Вотчич киевский Михаил Олелькович, лишенный Киева внук Владимира Ольгердовича, Федор Иванович Бельский и его свойственник Ольшанский, подавленные великокняжеской силой, затеяли искать против нее опоры в Москве – и «восхотеша по Березину реку отсести на великого князя Литовской земли». Ольшанский и Олелькович схвачены и казнены в августе 1481 г., а князь Бельский ушел в Москву. Этот «заговор князей», подробности которого остаются нам неизвестными, дал толчок ряду отъездов «с вотчинами» в 80-х и 90-х гг. XV в. Внутренние нелады соседа получали опору и неожиданное разрешение в наступлении московской власти к юго-западу.
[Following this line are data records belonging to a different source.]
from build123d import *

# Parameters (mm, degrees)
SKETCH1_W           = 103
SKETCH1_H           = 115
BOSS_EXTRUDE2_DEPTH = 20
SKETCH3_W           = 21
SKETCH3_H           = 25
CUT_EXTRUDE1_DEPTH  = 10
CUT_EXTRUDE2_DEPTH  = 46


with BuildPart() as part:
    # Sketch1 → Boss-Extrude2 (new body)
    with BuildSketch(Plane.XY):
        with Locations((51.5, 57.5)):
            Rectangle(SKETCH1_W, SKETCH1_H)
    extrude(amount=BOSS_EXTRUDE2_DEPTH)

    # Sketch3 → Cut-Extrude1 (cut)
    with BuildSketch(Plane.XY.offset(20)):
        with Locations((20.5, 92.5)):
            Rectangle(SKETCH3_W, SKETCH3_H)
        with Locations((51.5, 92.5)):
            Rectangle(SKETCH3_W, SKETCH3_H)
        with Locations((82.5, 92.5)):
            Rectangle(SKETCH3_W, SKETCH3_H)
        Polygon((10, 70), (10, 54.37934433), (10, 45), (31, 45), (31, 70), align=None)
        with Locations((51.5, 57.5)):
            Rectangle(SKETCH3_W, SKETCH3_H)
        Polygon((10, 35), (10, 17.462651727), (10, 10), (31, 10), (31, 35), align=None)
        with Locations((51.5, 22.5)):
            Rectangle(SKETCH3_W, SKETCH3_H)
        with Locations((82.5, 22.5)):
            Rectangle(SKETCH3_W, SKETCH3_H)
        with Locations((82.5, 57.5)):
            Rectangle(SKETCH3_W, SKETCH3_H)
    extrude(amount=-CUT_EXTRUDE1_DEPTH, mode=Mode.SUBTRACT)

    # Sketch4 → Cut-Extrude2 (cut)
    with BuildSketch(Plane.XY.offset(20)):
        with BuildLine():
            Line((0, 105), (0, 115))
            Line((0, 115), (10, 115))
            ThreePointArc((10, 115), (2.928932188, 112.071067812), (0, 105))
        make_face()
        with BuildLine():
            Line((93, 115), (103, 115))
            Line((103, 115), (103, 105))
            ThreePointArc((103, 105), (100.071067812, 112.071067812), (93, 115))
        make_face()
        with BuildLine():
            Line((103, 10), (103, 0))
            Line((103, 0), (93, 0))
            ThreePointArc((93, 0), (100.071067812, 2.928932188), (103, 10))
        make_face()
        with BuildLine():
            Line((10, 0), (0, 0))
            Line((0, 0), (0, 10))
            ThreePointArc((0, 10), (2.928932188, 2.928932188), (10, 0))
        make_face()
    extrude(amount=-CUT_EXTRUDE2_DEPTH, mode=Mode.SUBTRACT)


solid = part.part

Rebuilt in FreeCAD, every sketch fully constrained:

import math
import FreeCAD as App
import Part
import Sketcher

V = App.Vector
Q = App.Units.Quantity


def add_polygon(sketch, points):
    """Adds a closed chain of lines whose ends are joined by coincident constraints."""
    first, n = sketch.GeometryCount, len(points)
    for a, b in zip(points, points[1:] + points[:1]):
        sketch.addGeometry(Part.LineSegment(App.Vector(*a, 0), App.Vector(*b, 0)), False)
    for i in range(n):
        sketch.addConstraint(Sketcher.Constraint("Coincident", first + i, 2, first + (i + 1) % n, 1))

doc = App.newDocument("Part")
body = doc.addObject("PartDesign::Body", "Body")

# Sketch on XY plane
sketch1 = body.newObject("Sketcher::SketchObject", "Sketch")
sketch1.AttachmentSupport = (doc.getObject("XY_Plane"), [""])
sketch1.MapMode = "FlatFace"
add_polygon(sketch1, [(0, 115), (0, 0), (103, 0), (103, 115)])  # lines 0-3
sketch1.addConstraint([
    Sketcher.Constraint("Vertical", 0),
    Sketcher.Constraint("Horizontal", 1),
    Sketcher.Constraint("Vertical", 2),
    Sketcher.Constraint("Horizontal", 3),
    Sketcher.Constraint("Coincident", 0, 2, -1, 1),
    Sketcher.Constraint("DistanceX", 1, 1, 1, 2, Q("103 mm")),
    Sketcher.Constraint("DistanceY", 0, 2, 0, 1, Q("115 mm")),
])
pad1 = body.newObject("PartDesign::Pad", "Pad")
pad1.Profile = sketch1
pad1.Length = 20

# Sketch on XY plane
sketch2 = body.newObject("Sketcher::SketchObject", "Sketch001")
sketch2.AttachmentSupport = (doc.getObject("XY_Plane"), [""])
sketch2.MapMode = "FlatFace"
sketch2.AttachmentOffset = App.Placement(V(0, 0, 20), App.Rotation())
add_polygon(sketch2, [(10, 105), (10, 80), (31, 80), (31, 105)])  # lines 0-3
add_polygon(sketch2, [(41, 105), (41, 80), (62, 80), (62, 105)])  # lines 4-7
add_polygon(sketch2, [(72, 105), (72, 80), (93, 80), (93, 105)])  # lines 8-11
add_polygon(sketch2, [(10, 70), (10, 45), (31, 45), (31, 70)])  # lines 12-15
add_polygon(sketch2, [(41, 70), (41, 45), (62, 45), (62, 70)])  # lines 16-19
add_polygon(sketch2, [(10, 35), (10, 10), (31, 10), (31, 35)])  # lines 20-23
add_polygon(sketch2, [(41, 35), (41, 10), (62, 10), (62, 35)])  # lines 24-27
add_polygon(sketch2, [(72, 35), (72, 10), (93, 10), (93, 35)])  # lines 28-31
add_polygon(sketch2, [(72, 70), (72, 45), (93, 45), (93, 70)])  # lines 32-35
sketch2.addConstraint([
    Sketcher.Constraint("Vertical", 0),
    Sketcher.Constraint("Horizontal", 1),
    Sketcher.Constraint("Vertical", 2),
    Sketcher.Constraint("Horizontal", 3),
    Sketcher.Constraint("Vertical", 4),
    Sketcher.Constraint("Horizontal", 5),
    Sketcher.Constraint("Vertical", 6),
    Sketcher.Constraint("Horizontal", 7),
    Sketcher.Constraint("Vertical", 8),
    Sketcher.Constraint("Horizontal", 9),
    Sketcher.Constraint("Vertical", 10),
    Sketcher.Constraint("Horizontal", 11),
    Sketcher.Constraint("Vertical", 12),
    Sketcher.Constraint("Horizontal", 13),
    Sketcher.Constraint("Vertical", 14),
    Sketcher.Constraint("Horizontal", 15),
    Sketcher.Constraint("Vertical", 16),
    Sketcher.Constraint("Horizontal", 17),
    Sketcher.Constraint("Vertical", 18),
    Sketcher.Constraint("Horizontal", 19),
    Sketcher.Constraint("Vertical", 20),
    Sketcher.Constraint("Horizontal", 21),
    Sketcher.Constraint("Vertical", 22),
    Sketcher.Constraint("Horizontal", 23),
    Sketcher.Constraint("Vertical", 24),
    Sketcher.Constraint("Horizontal", 25),
    Sketcher.Constraint("Vertical", 26),
    Sketcher.Constraint("Horizontal", 27),
    Sketcher.Constraint("Vertical", 28),
    Sketcher.Constraint("Horizontal", 29),
    Sketcher.Constraint("Vertical", 30),
    Sketcher.Constraint("Horizontal", 31),
    Sketcher.Constraint("Vertical", 32),
    Sketcher.Constraint("Horizontal", 33),
    Sketcher.Constraint("Vertical", 34),
    Sketcher.Constraint("Horizontal", 35),
    Sketcher.Constraint("Horizontal", 1, 2, 4, 2),
    Sketcher.Constraint("Horizontal", 3, 2, 6, 2),
    Sketcher.Constraint("Horizontal", 5, 2, 8, 2),
    Sketcher.Constraint("Horizontal", 7, 2, 10, 2),
    Sketcher.Constraint("Horizontal", 13, 2, 16, 2),
    Sketcher.Constraint("Horizontal", 15, 2, 18, 2),
    Sketcher.Constraint("Horizontal", 21, 2, 24, 2),
    Sketcher.Constraint("Horizontal", 23, 2, 26, 2),
    Sketcher.Constraint("Horizontal", 25, 2, 28, 2),
    Sketcher.Constraint("Horizontal", 27, 2, 30, 2),
    Sketcher.Constraint("Horizontal", 17, 2, 32, 2),
    Sketcher.Constraint("Horizontal", 19, 2, 34, 2),
    Sketcher.Constraint("Vertical", 3, 2, 12, 2),
    Sketcher.Constraint("Vertical", 2, 2, 13, 2),
    Sketcher.Constraint("Vertical", 7, 2, 16, 2),
    Sketcher.Constraint("Vertical", 6, 2, 17, 2),
    Sketcher.Constraint("Vertical", 15, 2, 20, 2),
    Sketcher.Constraint("Vertical", 14, 2, 21, 2),
    Sketcher.Constraint("Vertical", 19, 2, 24, 2),
    Sketcher.Constraint("Vertical", 18, 2, 25, 2),
    Sketcher.Constraint("Vertical", 11, 2, 28, 2),
    Sketcher.Constraint("Vertical", 10, 2, 29, 2),
    Sketcher.Constraint("Vertical", 31, 2, 32, 2),
    Sketcher.Constraint("Vertical", 30, 2, 33, 2),
    Sketcher.Constraint("Equal", 3, 5),
    Sketcher.Constraint("Equal", 7, 9),
    Sketcher.Constraint("Equal", 10, 12),
    Sketcher.Constraint("Equal", 18, 20),
    Sketcher.Constraint("DistanceX", 1, 1, 1, 2, Q("21 mm")),
    Sketcher.Constraint("DistanceY", 0, 2, 0, 1, Q("25 mm")),
    Sketcher.Constraint("DistanceX", -1, 1, 0, 2, Q("10 mm")),
    Sketcher.Constraint("DistanceY", -1, 1, 0, 2, Q("80 mm")),
    Sketcher.Constraint("DistanceX", -1, 1, 4, 2, Q("41 mm")),
    Sketcher.Constraint("DistanceX", -1, 1, 8, 2, Q("72 mm")),
    Sketcher.Constraint("DistanceY", -1, 1, 12, 2, Q("45 mm")),
    Sketcher.Constraint("DistanceY", -1, 1, 20, 2, Q("10 mm")),
])
pocket1 = body.newObject("PartDesign::Pocket", "Pocket")
pocket1.Profile = sketch2
pocket1.Length = 10

# Sketch on XY plane
sketch3 = body.newObject("Sketcher::SketchObject", "Sketch002")
sketch3.AttachmentSupport = (doc.getObject("XY_Plane"), [""])
sketch3.MapMode = "FlatFace"
sketch3.AttachmentOffset = App.Placement(V(0, 0, 20), App.Rotation())
sketch3.addGeometry([
    Part.LineSegment(V(0, 115, 0), V(0, 105, 0)),  # 0
    Part.ArcOfCircle(Part.Circle(V(10, 105, 0), V(0, 0, 1), 10), math.radians(90), math.radians(180)),  # 1
    Part.LineSegment(V(10, 115, 0), V(0, 115, 0)),  # 2
    Part.LineSegment(V(103, 115, 0), V(93, 115, 0)),  # 3
    Part.ArcOfCircle(Part.Circle(V(93, 105, 0), V(0, 0, 1), 10), math.radians(0), math.radians(90)),  # 4
    Part.LineSegment(V(103, 105, 0), V(103, 115, 0)),  # 5
    Part.LineSegment(V(103, 0, 0), V(103, 10, 0)),  # 6
    Part.ArcOfCircle(Part.Circle(V(93, 10, 0), V(0, 0, 1), 10), math.radians(-90), math.radians(0)),  # 7
    Part.LineSegment(V(93, 0, 0), V(103, 0, 0)),  # 8
    Part.LineSegment(V(0, 0, 0), V(10, 0, 0)),  # 9
    Part.ArcOfCircle(Part.Circle(V(10, 10, 0), V(0, 0, 1), 10), math.radians(180), math.radians(270)),  # 10
    Part.LineSegment(V(0, 10, 0), V(0, 0, 0)),  # 11
], False)
sketch3.addConstraint([
    Sketcher.Constraint("Tangent", 0, 2, 1, 2),
    Sketcher.Constraint("Tangent", 1, 1, 2, 1),
    Sketcher.Constraint("Coincident", 2, 2, 0, 1),
    Sketcher.Constraint("Tangent", 3, 2, 4, 2),
    Sketcher.Constraint("Tangent", 4, 1, 5, 1),
    Sketcher.Constraint("Coincident", 5, 2, 3, 1),
    Sketcher.Constraint("Tangent", 6, 2, 7, 2),
    Sketcher.Constraint("Tangent", 7, 1, 8, 1),
    Sketcher.Constraint("Coincident", 8, 2, 6, 1),
    Sketcher.Constraint("Tangent", 9, 2, 10, 2),
    Sketcher.Constraint("Tangent", 10, 1, 11, 1),
    Sketcher.Constraint("Coincident", 11, 2, 9, 1),
    Sketcher.Constraint("Vertical", 0),
    Sketcher.Constraint("Horizontal", 2),
    Sketcher.Constraint("Horizontal", 3),
    Sketcher.Constraint("Vertical", 5),
    Sketcher.Constraint("Vertical", 6),
    Sketcher.Constraint("Horizontal", 8),
    Sketcher.Constraint("Horizontal", 9),
    Sketcher.Constraint("Vertical", 11),
    Sketcher.Constraint("Coincident", 11, 2, -1, 1),
    Sketcher.Constraint("Equal", 1, 4),
    Sketcher.Constraint("Equal", 4, 7),
    Sketcher.Constraint("Equal", 7, 10),
    Sketcher.Constraint("PointOnObject", 0, 2, -2),
    Sketcher.Constraint("PointOnObject", 7, 1, -1),
    Sketcher.Constraint("Horizontal", 1, 3, 4, 3),
    Sketcher.Constraint("Vertical", 4, 3, 7, 3),
    Sketcher.Constraint("Radius", 1, Q("10 mm")),
    Sketcher.Constraint("DistanceY", -1, 1, 1, 3, Q("105 mm")),
    Sketcher.Constraint("DistanceX", -1, 1, 4, 3, Q("93 mm")),
])
pocket2 = body.newObject("PartDesign::Pocket", "Pocket001")
pocket2.Profile = sketch3
pocket2.Length = 46

doc.recompute()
Иван Васильевич закрепляет за собой службу и вотчины тех князей, что служили на обе стороны, как одоевские, воротынские и др. Воротынские один за другим тянутся в Москву, чуя, что нет им прочной защиты от Казимира, а затем вместе с одоевскими нападают на соседей, опираясь на московскую поддержку. По-видимому, многие из таких отъездов происходят, подобно первым переходам к Москве тверских бояр, «не стерпя обид» в пограничных спорах и наездах. Князь Иван перемышльский, Иван белевский, князь мезецкий, Андрей вяземский переходят к Ивану Васильевичу, который, начав прямую войну с Литвой, захватывает и других мелких князей с их вотчинами. И по мирному договору 1494 г. за ним укреплены Вязьма, Рославль, Венев, Мстиславль, Таруса, Оболенск, Козельск, Серенск, Новосиль, Одоев, Воротынск, Перемышль, Белев, Мещера. В связи с той же литовской политикой Ивана III в 1500 г. переходят в Москву Семен бельский, князь Семен Иванович можайский с Черниговом, Стародубом, Гомелем и Любечем, и Шемячич с Рыльском и Новгородом-Северским. Перемирие 1503 г. закрепило эти приобретения[271]
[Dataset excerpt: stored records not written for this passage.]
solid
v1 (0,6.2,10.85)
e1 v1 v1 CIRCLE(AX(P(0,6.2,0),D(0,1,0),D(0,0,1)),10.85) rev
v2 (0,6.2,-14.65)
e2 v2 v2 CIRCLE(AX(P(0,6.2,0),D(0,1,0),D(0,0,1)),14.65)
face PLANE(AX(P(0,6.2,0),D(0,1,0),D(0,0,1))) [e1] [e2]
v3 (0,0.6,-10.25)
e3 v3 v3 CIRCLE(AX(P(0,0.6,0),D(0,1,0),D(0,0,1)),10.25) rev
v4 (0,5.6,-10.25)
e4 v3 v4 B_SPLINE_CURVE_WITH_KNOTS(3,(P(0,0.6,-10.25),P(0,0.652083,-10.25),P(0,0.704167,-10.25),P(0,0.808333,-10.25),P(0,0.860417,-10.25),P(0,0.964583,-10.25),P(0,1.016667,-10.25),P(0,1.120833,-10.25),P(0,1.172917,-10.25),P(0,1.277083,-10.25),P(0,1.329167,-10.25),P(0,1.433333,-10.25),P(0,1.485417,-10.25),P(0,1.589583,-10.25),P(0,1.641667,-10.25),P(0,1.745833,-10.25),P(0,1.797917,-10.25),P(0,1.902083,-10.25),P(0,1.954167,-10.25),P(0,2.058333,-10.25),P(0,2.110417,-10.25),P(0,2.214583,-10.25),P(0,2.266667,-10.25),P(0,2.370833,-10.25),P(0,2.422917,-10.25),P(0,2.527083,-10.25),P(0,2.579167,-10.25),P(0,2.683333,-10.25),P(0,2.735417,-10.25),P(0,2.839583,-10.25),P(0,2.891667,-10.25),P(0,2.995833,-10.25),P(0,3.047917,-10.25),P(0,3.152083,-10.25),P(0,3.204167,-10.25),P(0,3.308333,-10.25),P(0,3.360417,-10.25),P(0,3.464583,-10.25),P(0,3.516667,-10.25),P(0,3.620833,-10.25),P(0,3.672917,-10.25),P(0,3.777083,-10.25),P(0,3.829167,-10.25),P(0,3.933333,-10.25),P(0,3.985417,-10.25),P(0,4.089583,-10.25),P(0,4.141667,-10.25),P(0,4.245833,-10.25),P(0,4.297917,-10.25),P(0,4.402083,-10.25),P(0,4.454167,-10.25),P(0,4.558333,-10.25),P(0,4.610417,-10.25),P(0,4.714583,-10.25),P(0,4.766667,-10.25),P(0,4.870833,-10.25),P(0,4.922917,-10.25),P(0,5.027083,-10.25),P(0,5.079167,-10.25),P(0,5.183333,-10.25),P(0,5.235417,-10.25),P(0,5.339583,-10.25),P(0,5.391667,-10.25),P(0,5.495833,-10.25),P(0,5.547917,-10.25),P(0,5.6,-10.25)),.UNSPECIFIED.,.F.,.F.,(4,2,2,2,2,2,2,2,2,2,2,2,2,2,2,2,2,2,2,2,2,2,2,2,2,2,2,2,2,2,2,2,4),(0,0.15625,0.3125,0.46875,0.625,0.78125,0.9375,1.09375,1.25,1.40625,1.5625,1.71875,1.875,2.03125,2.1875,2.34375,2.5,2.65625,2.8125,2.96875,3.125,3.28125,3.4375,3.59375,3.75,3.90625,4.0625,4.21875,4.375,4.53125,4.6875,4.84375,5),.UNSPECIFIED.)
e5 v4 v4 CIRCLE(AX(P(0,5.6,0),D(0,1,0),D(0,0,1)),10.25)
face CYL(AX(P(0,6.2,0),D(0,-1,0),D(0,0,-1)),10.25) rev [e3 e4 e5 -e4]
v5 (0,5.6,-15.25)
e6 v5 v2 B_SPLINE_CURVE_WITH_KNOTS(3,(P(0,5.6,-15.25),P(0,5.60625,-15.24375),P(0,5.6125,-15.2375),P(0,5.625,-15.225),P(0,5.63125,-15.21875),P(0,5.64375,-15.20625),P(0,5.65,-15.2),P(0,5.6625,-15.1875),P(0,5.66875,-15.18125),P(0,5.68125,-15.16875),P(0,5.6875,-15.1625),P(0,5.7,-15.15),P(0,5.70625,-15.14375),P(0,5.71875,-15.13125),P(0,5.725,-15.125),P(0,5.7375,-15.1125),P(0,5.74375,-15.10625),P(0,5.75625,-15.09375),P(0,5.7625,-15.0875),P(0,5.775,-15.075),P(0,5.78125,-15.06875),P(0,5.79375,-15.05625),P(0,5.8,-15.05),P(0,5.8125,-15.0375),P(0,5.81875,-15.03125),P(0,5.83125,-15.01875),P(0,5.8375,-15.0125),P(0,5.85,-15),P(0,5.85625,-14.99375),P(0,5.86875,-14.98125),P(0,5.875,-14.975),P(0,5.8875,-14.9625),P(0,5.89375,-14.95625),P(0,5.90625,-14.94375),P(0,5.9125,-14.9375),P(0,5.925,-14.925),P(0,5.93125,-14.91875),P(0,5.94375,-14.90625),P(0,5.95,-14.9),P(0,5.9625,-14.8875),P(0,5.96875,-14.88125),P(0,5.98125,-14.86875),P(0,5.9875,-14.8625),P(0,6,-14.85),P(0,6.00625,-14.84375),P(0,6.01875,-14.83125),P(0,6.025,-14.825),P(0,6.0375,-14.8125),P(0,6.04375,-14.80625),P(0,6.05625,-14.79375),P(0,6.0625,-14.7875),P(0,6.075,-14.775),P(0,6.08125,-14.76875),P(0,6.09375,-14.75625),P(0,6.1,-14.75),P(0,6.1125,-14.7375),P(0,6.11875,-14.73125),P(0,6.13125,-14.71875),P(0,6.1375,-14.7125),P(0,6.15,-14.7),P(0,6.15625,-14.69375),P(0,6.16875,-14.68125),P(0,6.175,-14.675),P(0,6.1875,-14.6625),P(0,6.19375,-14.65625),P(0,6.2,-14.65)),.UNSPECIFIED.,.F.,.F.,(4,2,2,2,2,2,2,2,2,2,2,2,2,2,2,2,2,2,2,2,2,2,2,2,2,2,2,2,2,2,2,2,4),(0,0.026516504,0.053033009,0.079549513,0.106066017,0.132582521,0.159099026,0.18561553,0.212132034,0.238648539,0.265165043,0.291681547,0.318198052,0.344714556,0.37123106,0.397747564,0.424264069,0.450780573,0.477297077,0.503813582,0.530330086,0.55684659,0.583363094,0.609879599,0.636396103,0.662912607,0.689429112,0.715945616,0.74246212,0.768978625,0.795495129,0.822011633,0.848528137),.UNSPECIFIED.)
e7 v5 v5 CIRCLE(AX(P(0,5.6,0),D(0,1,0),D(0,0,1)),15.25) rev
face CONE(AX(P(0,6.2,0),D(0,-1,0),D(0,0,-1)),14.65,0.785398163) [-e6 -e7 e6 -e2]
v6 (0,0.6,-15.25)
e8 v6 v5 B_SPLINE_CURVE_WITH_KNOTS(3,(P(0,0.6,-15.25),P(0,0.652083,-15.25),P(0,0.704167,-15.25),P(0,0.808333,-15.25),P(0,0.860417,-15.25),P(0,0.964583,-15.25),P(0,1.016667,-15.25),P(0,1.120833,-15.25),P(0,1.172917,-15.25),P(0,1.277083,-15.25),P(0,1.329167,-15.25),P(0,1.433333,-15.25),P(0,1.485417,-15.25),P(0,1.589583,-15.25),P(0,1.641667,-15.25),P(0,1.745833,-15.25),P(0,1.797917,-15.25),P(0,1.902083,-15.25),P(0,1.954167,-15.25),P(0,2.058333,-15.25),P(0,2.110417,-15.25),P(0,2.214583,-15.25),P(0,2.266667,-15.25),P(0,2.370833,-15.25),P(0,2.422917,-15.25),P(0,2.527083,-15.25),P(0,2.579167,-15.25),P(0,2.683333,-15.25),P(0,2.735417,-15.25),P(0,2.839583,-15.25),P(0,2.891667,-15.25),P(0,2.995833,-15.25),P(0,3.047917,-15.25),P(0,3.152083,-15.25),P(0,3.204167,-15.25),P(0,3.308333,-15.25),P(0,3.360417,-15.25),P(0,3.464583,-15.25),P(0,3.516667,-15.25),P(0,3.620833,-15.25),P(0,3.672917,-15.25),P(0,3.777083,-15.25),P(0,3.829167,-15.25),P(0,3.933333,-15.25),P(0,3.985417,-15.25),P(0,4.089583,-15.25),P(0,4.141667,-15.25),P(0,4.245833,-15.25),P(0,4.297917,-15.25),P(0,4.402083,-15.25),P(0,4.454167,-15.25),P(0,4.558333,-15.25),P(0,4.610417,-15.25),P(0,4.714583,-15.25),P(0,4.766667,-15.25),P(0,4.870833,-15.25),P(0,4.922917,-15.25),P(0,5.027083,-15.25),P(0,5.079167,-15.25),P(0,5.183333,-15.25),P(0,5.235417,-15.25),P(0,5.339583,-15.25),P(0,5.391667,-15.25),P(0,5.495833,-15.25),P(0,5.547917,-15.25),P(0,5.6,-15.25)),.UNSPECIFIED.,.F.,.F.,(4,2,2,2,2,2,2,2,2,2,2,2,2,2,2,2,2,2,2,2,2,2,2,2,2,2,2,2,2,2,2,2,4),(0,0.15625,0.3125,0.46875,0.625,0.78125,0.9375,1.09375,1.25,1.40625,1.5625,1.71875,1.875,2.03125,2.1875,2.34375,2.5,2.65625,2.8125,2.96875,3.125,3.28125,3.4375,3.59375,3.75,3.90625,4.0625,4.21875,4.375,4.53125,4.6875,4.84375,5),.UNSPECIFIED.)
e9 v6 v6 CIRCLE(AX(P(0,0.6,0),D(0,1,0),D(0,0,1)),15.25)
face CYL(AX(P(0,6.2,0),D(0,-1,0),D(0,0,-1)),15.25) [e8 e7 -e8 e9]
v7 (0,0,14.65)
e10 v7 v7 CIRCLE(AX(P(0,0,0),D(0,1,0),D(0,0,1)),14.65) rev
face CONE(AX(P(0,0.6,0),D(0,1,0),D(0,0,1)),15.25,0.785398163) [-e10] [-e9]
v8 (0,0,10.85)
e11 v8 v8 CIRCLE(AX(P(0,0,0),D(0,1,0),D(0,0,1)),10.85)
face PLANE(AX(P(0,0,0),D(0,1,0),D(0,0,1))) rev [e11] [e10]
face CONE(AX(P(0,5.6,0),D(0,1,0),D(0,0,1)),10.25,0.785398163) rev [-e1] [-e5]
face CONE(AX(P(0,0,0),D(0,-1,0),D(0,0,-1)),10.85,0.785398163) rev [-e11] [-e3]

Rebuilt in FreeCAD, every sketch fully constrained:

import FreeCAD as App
import Part
import Sketcher

V = App.Vector


def edges_at(feature, points):
    """Names of the edges that pass closest to the given points."""
    edges = feature.Shape.Edges
    near = lambda p: min(range(len(edges)), key=lambda i: edges[i].distToShape(Part.Vertex(*p))[0])
    return sorted({f"Edge{near(p) + 1}" for p in points})

doc = App.newDocument("Part")
params = doc.addObject("Spreadsheet::Sheet", "Params")
for row, (alias, value) in enumerate([
    ("sketch1_diameter", "30.5 mm"),
    ("sketch1_diameter2", "20.5 mm"),
    ("pad1_length", "6.2 mm"),
    ("chamfer_size", "0.6 mm"),
], start=1):
    params.set(f"A{row}", alias)
    params.set(f"B{row}", "=" + value)
    params.setAlias(f"B{row}", alias)

body = doc.addObject("PartDesign::Body", "Body")

# Sketch on XZ plane
sketch1 = doc.addObject("Sketcher::SketchObject", "Sketch")
body.addObject(sketch1)
sketch1.AttachmentSupport = (doc.XZ_Plane, [""])
sketch1.MapMode = "FlatFace"
sketch1.addGeometry([
    Part.Circle(V(0, 0, 0), V(0, 0, 1), 15),
    Part.Circle(V(0, 0, 0), V(0, 0, 1), 10),
], False)
sketch1.addConstraint([
    Sketcher.Constraint("Coincident", 0, 3, -1, 1),
    Sketcher.Constraint("Coincident", 1, 3, -1, 1),
    Sketcher.Constraint("Diameter", 0, 30.5),
    Sketcher.Constraint("Diameter", 1, 20.5),
])
sketch1.setExpression("Constraints[2]", "Params.sketch1_diameter")
sketch1.setExpression("Constraints[3]", "Params.sketch1_diameter2")
pad1 = doc.addObject("PartDesign::Pad", "Pad")
body.addObject(pad1)
pad1.Profile = sketch1
pad1.setExpression("Length", "Params.pad1_length")
pad1.Reversed = True
doc.recompute()

chamfer = doc.addObject("PartDesign::Chamfer", "Chamfer")
body.addObject(chamfer)
chamfer.Base = (pad1, edges_at(pad1, [
    (0, 0, 15.25),
    (0, 6.2, 15.25),
    (0, 0, 10.25),
    (0, 6.2, 10.25),
]))
chamfer.setExpression("Size", "Params.chamfer_size")

doc.recompute()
. Но все эти дела хотя и выросли на почве еще удельно-вотчинных отношений и воззрений, по существу далеко ушли от них, т. к. ссылки на старое, давно на деле отжившее право «отъезда с вотчинами» выродились в дипломатическую уловку и отступают перед широкими планами великого князя «всея Руси», выдвигавшего в эту пору уже новый принцип – принцип национальной политики, хотя еще построяемый на особой вотчинно-династической теории, по которой московским государям принадлежит право на все наследие князей Рюрикова дома с древнейших времен.Глава VI
Боярство
Красной нитью проходит через всю историю присоединений Ивана III одна существенная черта – стремление великого князя овладеть местными служилыми силами, поставить их прямую личную службу себе, стягивая их в Москву, к одному центру. Эта черта – следствие всей системы княжеского управления и властвования, как оно сложилось в вотчинных княжествах удельной Руси и перестроено постепенно московскими государями на новых, расширенных основах. А перестройка эта – одна из основных сторон той властной работы, какая произведена Иваном III и его ближайшими преемниками и преобразовала политический строй Великороссии из удельно-вотчинных форм в формы новой московской государственности на началах единодержавия.
Представляется естественным после обзора процесса, которым власть над всеми частями Великороссии собрана в руках одного вотчича – государя московского, обратиться прежде всего к той стороне деятельности строителей Московского государства, которая имела своим объектом отношения к боярству. Под боярами я разумею тот общественный слой, который ближе всего стоял к княжеской власти, был главной ее опорой и орудием ее деятельности, сам сильно влиял на княжескую политику, так что она нередко оказывалась даже средством осуществления политических тенденций влиятельных групп боярства. Конкретнее боярство определяется как высший разряд вольных слуг князя и как класс крупных землевладельцев. Оба эти признака необходимы для понятия «боярство» и, взятые вместе, исчерпывают его содержание. И древняя Киевская Русь не знала бояр, которые не были бы княжими мужами, старшей дружиной, а для «удельного времени» это бесспорно, хотя для ранних киевских времен и утверждали в научной литературе существование каких-то земских бояр, вовсе не засвидетельствованных источниками. Про слово «боярин» отмечу, что русское его производство от «болий» или «бой», хоть за него авторитет такого языковеда, как И. И. Срезневский, лингвистически совсем невозможно. Вероятнее восточное происхождение слова – из турецких наречий: bajar – название богатого и знатного (хотя и об этом спорят востоковеды Корш и Мелиоранский). Для этимологического смысла это, впрочем, никакой разницы не дает: термин бытовой, отмечающий социальное положение, барство бояр. Этот термин вытеснил древнее – «огнищане», которым отмечалась иная сторона – принадлежность княжих бояр к составу княжего двора (огнище), его старшей дружины.